The house begins to reflect the upheaval. I have changed and rearranged the furniture. I am giving things away right out from under my family. It is too much clutter for so busy a mind. I plan and I scheme my world around the sparse tidiness of my mind’s goal. I need less, and fast. I’ve moved my study space away from the window. The swaying of the trees in spring’s first breath cannot distract me. I am not yet in the birth canal, only recognizing that I am to be born. To rush now would be to come into this unprepared and disorganized. The timing is everything.

I know that this time is passing. This uncertainty of my self in this body with that goal using those words in a place that reflects the cleanliness of purpose is short-lived. And if I am to grow and be committed to that growth, I must suck the life and lessons out of this time quickly. The meaning will come back. The words have never forsaken me for long and the house always manages to stand. This time, this now belongs to something greater. To ignore that would be to bully the body, mind and spirit and to forsake my future in the process. This time belongs now to the spirit. The rest of us have naught but to wait.

Monday, April 03, 2006

Freestyle Week 10

I’ll admit it, I didn’t want to even think about IBS. That’s some girlie disease like PMS. I don’t begrudge anyone (male or female) their right to any of those sorts of things but it just wasn’t going to be me. Well, it’s me. I won’t beg for forgiveness or excuse myself for my political incorrectness. Believe me, whatever vengeance has already been dished upon me.
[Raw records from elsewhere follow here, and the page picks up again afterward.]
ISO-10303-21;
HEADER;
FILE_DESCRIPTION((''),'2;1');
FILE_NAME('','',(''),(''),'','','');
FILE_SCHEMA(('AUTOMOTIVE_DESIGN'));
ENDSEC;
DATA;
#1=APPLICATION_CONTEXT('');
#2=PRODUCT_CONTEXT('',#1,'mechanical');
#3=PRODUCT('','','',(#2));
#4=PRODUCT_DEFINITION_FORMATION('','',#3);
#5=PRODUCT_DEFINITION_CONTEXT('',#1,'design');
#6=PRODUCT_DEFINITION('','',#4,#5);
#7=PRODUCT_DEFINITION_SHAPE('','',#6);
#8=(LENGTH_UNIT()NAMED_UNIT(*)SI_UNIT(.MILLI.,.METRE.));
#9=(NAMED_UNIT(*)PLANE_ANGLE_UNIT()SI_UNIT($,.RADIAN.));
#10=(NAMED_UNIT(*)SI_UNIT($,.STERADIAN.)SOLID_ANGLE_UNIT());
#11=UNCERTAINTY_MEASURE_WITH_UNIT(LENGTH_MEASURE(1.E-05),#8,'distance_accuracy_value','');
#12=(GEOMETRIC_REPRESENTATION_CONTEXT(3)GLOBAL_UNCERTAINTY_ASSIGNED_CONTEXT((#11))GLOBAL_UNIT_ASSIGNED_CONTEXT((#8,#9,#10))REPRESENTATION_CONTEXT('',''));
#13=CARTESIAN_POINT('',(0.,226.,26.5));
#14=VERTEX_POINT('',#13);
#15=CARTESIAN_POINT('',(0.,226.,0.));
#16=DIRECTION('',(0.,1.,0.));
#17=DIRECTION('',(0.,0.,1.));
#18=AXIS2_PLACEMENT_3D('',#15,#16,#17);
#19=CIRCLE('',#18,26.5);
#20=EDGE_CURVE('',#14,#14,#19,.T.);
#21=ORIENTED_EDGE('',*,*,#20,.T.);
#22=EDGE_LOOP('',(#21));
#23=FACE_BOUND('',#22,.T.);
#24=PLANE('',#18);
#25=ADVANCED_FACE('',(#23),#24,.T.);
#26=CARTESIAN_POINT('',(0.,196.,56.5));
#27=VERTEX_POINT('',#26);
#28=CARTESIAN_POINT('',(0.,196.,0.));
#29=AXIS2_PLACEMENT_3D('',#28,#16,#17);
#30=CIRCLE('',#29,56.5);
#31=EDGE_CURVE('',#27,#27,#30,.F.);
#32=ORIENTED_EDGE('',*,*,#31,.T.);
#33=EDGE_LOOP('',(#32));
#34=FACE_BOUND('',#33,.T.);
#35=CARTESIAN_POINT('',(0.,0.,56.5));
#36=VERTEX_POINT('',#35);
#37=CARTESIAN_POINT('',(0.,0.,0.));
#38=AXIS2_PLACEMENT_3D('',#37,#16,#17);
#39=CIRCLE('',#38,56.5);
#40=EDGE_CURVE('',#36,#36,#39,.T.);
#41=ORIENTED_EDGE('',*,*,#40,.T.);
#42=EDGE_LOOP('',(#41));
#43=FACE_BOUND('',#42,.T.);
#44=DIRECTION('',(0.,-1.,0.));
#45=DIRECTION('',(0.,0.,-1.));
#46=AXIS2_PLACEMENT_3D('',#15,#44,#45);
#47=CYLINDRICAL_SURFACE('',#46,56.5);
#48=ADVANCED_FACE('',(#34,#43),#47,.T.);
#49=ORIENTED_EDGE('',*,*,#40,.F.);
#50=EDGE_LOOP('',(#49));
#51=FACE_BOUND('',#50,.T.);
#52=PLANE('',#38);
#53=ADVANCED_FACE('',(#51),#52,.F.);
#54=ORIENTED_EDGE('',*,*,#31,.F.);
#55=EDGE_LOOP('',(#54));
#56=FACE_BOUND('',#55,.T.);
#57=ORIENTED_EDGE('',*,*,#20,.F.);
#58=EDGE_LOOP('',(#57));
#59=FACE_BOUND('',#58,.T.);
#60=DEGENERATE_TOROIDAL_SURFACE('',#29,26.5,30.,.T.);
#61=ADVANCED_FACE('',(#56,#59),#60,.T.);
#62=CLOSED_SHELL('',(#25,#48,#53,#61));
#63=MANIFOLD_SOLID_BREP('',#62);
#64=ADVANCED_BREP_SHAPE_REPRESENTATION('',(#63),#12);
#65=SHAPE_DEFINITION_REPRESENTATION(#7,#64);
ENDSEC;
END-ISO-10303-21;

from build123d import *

# Parameters (mm, degrees)
SKETCH1_R           = 56.5
BOSS_EXTRUDE1_DEPTH = 226
FILLET1_R           = 30


with BuildPart() as part:
    # Sketch1 → Boss-Extrude1 (new body)
    with BuildSketch(Plane(origin=(0, 0, 0), x_dir=(1, 0, 0), z_dir=(0, 1, 0))):
        Circle(SKETCH1_R)
    extrude(amount=BOSS_EXTRUDE1_DEPTH)

    # Fillet1
    fillet1_edges = [part.edges().sort_by_distance(p)[0] for p in [
        (-56.5, 226, 0),
    ]]
    fillet(fillet1_edges, radius=FILLET1_R)


solid = part.part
So, I walk through the halls of my doctor’s office with those three letters plastered across the top of my chart (IBS) and I face the fact that I am a girl. I had to face it, admit and now I want to cure it. Make it go away. I don’t want to spend another half second thinking about my belly, planning my strategy holding it in. I just want to exist on the planet.
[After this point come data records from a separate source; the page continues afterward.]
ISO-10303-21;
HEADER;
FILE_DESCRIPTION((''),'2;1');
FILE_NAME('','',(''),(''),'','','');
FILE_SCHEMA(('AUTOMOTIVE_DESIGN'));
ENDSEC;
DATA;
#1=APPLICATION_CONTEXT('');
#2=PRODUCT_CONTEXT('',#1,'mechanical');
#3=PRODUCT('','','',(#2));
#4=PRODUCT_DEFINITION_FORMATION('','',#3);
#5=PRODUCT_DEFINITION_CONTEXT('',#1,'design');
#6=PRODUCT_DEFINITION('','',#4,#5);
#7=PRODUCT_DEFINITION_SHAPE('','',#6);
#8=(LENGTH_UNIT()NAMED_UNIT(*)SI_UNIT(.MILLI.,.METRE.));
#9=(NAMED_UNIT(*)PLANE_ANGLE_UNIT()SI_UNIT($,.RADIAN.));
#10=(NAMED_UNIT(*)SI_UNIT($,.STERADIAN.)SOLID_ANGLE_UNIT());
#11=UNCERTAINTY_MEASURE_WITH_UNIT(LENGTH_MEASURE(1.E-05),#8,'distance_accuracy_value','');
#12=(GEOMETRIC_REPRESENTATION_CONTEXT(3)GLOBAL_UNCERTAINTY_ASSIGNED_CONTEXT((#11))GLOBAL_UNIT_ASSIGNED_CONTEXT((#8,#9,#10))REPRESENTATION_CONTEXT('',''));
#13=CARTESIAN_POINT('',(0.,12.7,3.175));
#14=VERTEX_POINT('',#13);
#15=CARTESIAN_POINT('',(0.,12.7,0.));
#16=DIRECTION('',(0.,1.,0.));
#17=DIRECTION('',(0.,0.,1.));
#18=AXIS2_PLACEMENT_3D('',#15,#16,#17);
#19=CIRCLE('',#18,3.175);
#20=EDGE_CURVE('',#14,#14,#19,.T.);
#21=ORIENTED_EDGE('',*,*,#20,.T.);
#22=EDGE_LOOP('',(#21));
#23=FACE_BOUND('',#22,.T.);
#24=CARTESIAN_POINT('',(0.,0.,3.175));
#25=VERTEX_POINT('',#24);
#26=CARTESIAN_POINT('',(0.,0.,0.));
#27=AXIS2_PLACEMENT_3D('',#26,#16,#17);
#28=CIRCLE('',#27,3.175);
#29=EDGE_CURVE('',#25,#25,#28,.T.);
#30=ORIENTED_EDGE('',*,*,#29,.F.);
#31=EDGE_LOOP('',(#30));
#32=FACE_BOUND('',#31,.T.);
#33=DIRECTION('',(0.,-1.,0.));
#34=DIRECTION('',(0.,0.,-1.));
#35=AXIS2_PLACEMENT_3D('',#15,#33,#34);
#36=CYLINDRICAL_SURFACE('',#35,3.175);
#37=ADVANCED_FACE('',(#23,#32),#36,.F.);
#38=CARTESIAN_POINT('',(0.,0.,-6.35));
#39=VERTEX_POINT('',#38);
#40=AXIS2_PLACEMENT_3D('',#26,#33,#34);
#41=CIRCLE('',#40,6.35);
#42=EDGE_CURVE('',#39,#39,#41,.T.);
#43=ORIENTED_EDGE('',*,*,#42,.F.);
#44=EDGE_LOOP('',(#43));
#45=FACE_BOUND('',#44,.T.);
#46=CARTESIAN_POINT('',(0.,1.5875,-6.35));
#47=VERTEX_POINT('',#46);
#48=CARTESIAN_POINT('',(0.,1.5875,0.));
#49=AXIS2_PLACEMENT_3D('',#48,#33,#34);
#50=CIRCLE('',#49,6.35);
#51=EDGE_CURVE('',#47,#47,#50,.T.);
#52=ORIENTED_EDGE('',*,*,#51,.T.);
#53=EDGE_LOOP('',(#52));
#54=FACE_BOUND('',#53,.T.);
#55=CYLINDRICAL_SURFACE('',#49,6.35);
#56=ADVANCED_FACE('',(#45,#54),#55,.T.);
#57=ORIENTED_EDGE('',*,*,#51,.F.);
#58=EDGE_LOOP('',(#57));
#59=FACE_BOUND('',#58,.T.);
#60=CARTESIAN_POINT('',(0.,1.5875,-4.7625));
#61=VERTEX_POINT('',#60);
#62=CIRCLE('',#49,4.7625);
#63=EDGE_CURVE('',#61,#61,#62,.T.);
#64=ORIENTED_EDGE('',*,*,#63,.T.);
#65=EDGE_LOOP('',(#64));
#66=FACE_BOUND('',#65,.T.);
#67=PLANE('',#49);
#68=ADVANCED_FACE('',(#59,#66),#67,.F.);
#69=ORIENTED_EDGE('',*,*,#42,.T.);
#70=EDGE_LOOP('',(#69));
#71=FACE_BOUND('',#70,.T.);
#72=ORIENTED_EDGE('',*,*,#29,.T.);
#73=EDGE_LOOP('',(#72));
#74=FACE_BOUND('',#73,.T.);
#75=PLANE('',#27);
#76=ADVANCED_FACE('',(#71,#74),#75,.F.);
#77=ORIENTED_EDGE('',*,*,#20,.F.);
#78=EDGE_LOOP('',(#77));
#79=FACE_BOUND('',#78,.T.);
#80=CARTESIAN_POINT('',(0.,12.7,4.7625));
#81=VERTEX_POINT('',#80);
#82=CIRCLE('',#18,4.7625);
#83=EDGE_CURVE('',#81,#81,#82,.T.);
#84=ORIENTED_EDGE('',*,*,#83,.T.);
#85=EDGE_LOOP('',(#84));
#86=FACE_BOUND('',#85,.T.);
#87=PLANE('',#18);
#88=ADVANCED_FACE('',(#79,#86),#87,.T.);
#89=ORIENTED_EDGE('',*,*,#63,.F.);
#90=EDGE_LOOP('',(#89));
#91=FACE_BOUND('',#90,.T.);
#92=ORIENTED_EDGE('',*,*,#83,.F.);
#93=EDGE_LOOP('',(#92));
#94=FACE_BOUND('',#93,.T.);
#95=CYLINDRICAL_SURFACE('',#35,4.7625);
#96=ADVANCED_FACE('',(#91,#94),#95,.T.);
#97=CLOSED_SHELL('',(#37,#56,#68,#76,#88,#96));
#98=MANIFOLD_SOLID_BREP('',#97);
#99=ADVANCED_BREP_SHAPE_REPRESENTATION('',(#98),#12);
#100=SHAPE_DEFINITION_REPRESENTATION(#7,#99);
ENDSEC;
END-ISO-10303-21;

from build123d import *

# Parameters (mm, degrees)
SKETCH1_R           = 4.7625
SKETCH1_R_2         = 3.175
BOSS_EXTRUDE1_DEPTH = 12.7
SKETCH2_R           = 6.35
SKETCH2_R_2         = 4.7625
BOSS_EXTRUDE2_DEPTH = 1.5875


with BuildPart() as part:
    # Sketch1 → Boss-Extrude1 (new body)
    with BuildSketch(Plane(origin=(0, 0, 0), x_dir=(1, 0, 0), z_dir=(0, 1, 0))):
        with Locations(Location((0, 0, 0), (0, 0, 270))):
            Circle(SKETCH1_R)
        with Locations(Location((0, 0, 0), (0, 0, 270))):
            Circle(SKETCH1_R_2, mode=Mode.SUBTRACT)
    extrude(amount=BOSS_EXTRUDE1_DEPTH)

    # Sketch2 → Boss-Extrude2 (add)
    with BuildSketch(Plane.XZ):
        with Locations(Location((0, 0, 0), (0, 0, 270))):
            Circle(SKETCH2_R)
        with Locations(Location((0, 0, 0), (0, 0, 270))):
            Circle(SKETCH2_R_2, mode=Mode.SUBTRACT)
    extrude(amount=-BOSS_EXTRUDE2_DEPTH)


solid = part.part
As I sat in the waiting room I read an article about menopause. Those symptoms were recognizable as well. Doesn’t matter that I just started school or that I have a 3 year old. Fact of the matter is that all of these issues are to be mine. The body is wearing down.

Oh, it was easy to sit comfortably at 35 and declare that I could go into the age thing gracefully. 35 was a breeze. It was also nearly 8 years, a pregnancy, two surgeries and a lifetime ago.

I put the magazine down and decided to watch Hagen. He makes me feel young and strong – vital even, sometimes. I consoled my feelings of wretched age and sagging everything with wisdom and lessons that I never need learn again. All those years of angst given up for happier pursuits. I am a student. I’m going for my doctorate in physics. I have a lot of living to do that really is only just beginning.

I checked my battle gear…I’m well armed. I have a great sense of myself and my place. I have learned enough about me to choose wisely my battles in my moral, familial and political lives. I’m working on getting my health squared away and a lot of bad things have been ruled out. Yep. I’m real. I don’t dye my hair to cover the grays. I think of each gray strand as a gray badge of courage. I’m proud of my age and my wrinkles. I can do the graceful aging thing.

The nurse called me in just as a smile was forming on my sullen face. As I walked past her holding Hagen’s hand and smiling she said “Oh, he’s so cute. Is that your grandson?”

One fell swoop and my armament was defeated. I was a fallen soldier on the battlefield of hope and graceful aging. I picked up my bruised and battered pride, got through the appointment and stopped at the drugstore on my way home. I’m thinking that I’ll go for the light brown hair coloring and how’s that whole Regenerist thing work? Who’s got info on Botox? To hell with grace. This is war.